Rice Millers Association of Ghana (RMAG) is calling for a reversal of the benchmark value reduction policy, which enables the customs to determine values of imports for duties at the country’s ports.
A statement signed by its Convener, Mr Yaw Adu-Poku, said the Ghana Union of Traders Association (GUTA) in recent weeks called for the benchmark discount policy to be maintained by government citing the possible increase in the prices of imported goods as their reason.
In spite of the arguments by GUTA, RMAG maintained that the policy over the two years made negative impact on the Ghana rice industry as most rice mills were currently shutdown and workers laid off.
This is as a result of the high cost of local production while the imported substitutes enjoyed a 50 per cent reduction in customs benchmark values making imported rice prices lower and rendering local alternatives uncompetitive on the market.
The statement bemoaned that farmers in the countries of origin of imported rice enjoyed support and subsidies in their production whereas farmers in Ghana had little or no subsidies for rice production.
“We believe that this policy is only beneficial to a select few traders particularly big importers of rice and other commodities, while the entire rice value chain in Ghana suffers. The consuming public has not benefitted from this reduction in benchmark values because prices of products have not gone down as expected over the past two years since the inception of the policy.”
The rice value chain in Ghana provided income to an estimated 500,000 persons in household engaged in various activities in the value chain, the statement said, and many of the people were going through tough times because of unfavorable market conditions occasioned by the policy.
“Whereas government has set a target of making Ghana self-sufficient in rice production by 2022, major rice mills are shut down. The RMAG as a key player in helping the government achieve this target remains skeptical about Ghana’s prospects of achieving self-sufficiency in rice production. Till this day, 90 per cent of rice brands are imported.

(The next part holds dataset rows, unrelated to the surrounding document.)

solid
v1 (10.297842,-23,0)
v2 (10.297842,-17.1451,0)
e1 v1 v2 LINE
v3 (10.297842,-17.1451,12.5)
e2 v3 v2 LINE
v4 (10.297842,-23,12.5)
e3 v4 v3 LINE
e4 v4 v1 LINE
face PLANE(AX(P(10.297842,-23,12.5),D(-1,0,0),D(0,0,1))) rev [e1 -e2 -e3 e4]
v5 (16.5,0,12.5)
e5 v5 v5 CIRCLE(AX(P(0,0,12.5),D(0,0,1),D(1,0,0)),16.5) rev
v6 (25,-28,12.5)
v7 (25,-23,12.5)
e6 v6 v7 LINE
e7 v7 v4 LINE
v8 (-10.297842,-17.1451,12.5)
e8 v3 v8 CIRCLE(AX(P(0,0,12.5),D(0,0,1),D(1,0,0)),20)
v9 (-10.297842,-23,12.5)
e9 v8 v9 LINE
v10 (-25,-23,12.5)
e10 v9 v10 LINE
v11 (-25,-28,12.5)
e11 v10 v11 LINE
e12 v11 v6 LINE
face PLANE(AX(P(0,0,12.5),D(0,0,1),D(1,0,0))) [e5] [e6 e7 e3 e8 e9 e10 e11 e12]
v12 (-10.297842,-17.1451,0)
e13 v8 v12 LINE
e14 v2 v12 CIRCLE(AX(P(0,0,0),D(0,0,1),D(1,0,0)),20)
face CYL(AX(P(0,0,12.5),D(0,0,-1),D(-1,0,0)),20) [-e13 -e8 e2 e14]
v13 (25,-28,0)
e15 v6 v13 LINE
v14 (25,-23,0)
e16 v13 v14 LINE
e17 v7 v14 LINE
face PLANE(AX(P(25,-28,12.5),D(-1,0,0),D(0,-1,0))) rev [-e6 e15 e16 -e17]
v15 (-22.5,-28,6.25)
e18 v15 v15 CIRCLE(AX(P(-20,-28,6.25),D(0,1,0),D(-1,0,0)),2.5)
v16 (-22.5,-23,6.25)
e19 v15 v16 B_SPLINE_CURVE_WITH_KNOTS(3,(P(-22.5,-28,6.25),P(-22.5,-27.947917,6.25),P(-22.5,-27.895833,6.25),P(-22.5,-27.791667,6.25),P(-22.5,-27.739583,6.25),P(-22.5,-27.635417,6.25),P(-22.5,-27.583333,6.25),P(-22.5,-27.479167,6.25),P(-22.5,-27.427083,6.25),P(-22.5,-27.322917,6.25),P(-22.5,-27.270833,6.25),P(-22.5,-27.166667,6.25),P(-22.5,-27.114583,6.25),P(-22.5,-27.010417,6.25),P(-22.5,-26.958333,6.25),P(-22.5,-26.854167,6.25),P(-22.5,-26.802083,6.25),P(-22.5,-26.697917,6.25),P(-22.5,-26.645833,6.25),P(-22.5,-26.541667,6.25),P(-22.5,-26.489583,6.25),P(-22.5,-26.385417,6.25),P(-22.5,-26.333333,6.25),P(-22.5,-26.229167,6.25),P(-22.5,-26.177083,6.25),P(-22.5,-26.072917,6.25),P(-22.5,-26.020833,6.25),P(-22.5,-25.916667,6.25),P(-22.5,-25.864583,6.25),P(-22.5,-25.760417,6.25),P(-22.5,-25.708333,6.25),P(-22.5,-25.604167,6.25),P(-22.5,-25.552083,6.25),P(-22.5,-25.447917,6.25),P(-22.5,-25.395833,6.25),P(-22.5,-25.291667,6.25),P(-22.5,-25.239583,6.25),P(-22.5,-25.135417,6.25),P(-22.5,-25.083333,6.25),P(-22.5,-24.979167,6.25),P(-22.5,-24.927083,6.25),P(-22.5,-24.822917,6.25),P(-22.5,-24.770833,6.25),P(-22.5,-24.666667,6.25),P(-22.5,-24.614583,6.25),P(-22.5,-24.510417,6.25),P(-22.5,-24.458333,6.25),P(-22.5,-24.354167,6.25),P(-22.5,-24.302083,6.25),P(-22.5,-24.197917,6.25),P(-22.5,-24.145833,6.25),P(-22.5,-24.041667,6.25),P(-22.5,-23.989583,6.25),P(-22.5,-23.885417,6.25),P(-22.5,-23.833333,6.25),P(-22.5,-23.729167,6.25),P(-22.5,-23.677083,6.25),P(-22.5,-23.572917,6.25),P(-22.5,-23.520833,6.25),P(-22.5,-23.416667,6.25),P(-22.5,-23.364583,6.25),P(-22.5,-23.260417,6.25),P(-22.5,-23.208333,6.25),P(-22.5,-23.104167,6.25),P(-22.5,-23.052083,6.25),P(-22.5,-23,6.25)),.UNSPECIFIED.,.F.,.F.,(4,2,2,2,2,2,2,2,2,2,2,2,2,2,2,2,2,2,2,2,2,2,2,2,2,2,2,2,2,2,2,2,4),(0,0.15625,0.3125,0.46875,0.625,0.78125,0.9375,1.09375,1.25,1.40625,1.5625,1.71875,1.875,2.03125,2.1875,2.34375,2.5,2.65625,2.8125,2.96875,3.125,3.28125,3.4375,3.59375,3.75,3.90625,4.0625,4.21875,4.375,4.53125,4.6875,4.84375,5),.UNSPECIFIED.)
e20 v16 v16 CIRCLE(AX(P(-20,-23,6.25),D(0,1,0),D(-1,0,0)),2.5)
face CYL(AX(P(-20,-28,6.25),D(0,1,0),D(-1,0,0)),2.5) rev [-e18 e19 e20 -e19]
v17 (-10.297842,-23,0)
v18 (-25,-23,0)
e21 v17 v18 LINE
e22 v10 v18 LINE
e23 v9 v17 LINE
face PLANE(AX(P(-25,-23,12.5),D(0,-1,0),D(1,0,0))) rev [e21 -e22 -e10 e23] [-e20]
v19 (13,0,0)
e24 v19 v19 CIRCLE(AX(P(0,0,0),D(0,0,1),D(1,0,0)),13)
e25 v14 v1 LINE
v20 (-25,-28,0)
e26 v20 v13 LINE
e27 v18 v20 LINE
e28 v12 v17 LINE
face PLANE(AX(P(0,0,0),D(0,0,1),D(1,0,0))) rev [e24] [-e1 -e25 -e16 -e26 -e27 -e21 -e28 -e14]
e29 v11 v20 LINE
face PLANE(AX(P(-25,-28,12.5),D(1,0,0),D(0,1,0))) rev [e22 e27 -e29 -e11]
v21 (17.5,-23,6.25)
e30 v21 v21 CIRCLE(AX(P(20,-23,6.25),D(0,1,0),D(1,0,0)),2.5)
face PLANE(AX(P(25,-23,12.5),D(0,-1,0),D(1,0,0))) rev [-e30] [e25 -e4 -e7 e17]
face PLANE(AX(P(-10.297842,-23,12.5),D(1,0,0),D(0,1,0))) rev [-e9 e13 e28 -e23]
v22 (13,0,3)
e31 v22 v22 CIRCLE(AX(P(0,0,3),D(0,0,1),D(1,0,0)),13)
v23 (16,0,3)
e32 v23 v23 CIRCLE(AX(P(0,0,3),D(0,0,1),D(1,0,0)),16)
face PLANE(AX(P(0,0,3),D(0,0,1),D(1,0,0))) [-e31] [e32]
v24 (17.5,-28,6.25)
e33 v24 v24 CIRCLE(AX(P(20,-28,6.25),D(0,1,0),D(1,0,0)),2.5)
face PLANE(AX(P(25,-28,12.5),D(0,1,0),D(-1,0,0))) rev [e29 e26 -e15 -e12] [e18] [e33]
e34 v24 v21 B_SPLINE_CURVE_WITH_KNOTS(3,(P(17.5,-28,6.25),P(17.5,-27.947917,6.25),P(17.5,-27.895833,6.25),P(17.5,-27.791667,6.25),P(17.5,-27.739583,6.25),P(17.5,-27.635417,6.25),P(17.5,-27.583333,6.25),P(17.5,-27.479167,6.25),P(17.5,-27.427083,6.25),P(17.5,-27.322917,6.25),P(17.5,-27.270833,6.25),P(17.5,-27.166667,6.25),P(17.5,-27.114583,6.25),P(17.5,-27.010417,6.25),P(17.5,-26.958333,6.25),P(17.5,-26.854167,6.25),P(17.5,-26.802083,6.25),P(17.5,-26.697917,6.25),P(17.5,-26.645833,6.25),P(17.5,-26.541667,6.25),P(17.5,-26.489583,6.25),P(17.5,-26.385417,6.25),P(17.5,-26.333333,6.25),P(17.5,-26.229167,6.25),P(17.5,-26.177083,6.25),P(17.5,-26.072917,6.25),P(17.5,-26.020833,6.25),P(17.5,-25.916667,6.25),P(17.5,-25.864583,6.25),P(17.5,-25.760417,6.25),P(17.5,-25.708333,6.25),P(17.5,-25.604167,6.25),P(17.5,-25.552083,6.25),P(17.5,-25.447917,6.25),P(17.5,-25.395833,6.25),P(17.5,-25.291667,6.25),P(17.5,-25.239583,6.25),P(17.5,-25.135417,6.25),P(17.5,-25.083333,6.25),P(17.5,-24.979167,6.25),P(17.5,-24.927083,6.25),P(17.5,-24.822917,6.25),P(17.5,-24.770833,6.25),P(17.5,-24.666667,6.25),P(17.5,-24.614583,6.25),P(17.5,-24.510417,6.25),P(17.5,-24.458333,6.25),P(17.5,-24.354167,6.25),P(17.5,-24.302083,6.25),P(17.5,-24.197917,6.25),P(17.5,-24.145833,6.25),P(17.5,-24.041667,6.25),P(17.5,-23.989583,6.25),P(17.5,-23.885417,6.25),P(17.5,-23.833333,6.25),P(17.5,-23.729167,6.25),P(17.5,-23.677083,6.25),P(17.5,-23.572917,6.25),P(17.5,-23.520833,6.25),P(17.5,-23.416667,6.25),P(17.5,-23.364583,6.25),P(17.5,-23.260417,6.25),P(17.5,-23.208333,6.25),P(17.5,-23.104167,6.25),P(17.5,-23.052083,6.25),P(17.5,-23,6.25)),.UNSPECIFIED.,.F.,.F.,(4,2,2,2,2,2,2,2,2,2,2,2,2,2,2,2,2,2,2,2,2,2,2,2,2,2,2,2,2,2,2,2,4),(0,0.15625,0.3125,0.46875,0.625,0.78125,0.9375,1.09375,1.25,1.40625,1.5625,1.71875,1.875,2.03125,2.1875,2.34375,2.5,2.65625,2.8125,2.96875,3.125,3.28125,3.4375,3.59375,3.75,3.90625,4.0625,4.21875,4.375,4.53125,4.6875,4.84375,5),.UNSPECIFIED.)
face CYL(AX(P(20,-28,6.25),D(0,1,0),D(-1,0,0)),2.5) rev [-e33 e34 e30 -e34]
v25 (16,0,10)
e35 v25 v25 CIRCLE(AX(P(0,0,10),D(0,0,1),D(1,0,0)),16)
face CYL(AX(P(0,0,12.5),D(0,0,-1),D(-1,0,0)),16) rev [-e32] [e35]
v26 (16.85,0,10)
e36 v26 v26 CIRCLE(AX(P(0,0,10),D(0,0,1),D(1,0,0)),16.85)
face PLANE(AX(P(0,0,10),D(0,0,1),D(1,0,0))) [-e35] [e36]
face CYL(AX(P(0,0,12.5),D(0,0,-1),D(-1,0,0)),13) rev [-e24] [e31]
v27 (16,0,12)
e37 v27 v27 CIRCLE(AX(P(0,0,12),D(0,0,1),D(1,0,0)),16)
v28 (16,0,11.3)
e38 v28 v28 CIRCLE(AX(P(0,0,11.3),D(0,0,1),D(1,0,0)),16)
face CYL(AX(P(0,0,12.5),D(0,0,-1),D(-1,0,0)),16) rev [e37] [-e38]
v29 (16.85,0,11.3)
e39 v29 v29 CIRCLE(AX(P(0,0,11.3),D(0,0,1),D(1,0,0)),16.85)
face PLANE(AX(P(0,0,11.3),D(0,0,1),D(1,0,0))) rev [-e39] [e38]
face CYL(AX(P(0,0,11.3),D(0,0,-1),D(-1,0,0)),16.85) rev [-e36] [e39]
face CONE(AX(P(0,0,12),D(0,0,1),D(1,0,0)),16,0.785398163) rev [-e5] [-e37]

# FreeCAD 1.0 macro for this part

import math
import FreeCAD as App
import Part
import Sketcher
Q = App.Units.Quantity


def edges_at(feature, points):
    """Names of the edges that pass closest to the given points."""
    edges = feature.Shape.Edges
    near = lambda p: min(range(len(edges)), key=lambda i: edges[i].distToShape(Part.Vertex(*p))[0])
    return sorted({f"Edge{near(p) + 1}" for p in points})

doc = App.newDocument("Part")
body = doc.addObject("PartDesign::Body", "Body")

# Sketch on XY plane
sketch1 = doc.addObject("Sketcher::SketchObject", "Sketch")
body.addObject(sketch1)
sketch1.AttachmentSupport = (doc.XY_Plane, [""])
sketch1.MapMode = "FlatFace"
sketch1.addGeometry(Part.LineSegment(App.Vector(-25, -28, 0), App.Vector(25, -28, 0)), False)
sketch1.addGeometry(Part.LineSegment(App.Vector(25, -28, 0), App.Vector(25, -23, 0)), False)
sketch1.addGeometry(Part.LineSegment(App.Vector(25, -23, 0), App.Vector(10, -23, 0)), False)
sketch1.addGeometry(Part.LineSegment(App.Vector(10, -23, 0), App.Vector(10, -17, 0)), False)
sketch1.addGeometry(Part.ArcOfCircle(Part.Circle(App.Vector(0, 0, 0), App.Vector(0, 0, 1), 20), math.radians(-59), math.radians(239)), False)
sketch1.addGeometry(Part.LineSegment(App.Vector(-10, -17, 0), App.Vector(-10, -23, 0)), False)
sketch1.addGeometry(Part.LineSegment(App.Vector(-10, -23, 0), App.Vector(-25, -23, 0)), False)
sketch1.addGeometry(Part.LineSegment(App.Vector(-25, -23, 0), App.Vector(-25, -28, 0)), False)
sketch1.addGeometry(Part.Circle(App.Vector(0, 0, 0), App.Vector(0, 0, 1), 13), False)
sketch1.addConstraint(Sketcher.Constraint("Coincident", 0, 2, 1, 1))
sketch1.addConstraint(Sketcher.Constraint("Coincident", 1, 2, 2, 1))
sketch1.addConstraint(Sketcher.Constraint("Coincident", 2, 2, 3, 1))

“It is unfortunate that GUTA appears to be threatening government not to review the policy after two years of its implementation. The government has learnt practically (after two years) that traffic to our ports have not increased as anticipated and prospects of increased revenue that was to be a result of the policy has remained elusive; this policy only enriches a few importers and not the general population of traders in Ghana as the GUTA seeks to portray.”
The Association, therefore called on government to review the policy in light of the lessons learnt overtime to save the local rice industry.
It said RMAG and many Ghanaian workers who lost their jobs and livelihood due to the policy are with the government should be bold with its intentions to review the policy to support key targeted sectors to create jobs to achieve its agenda for industrialization.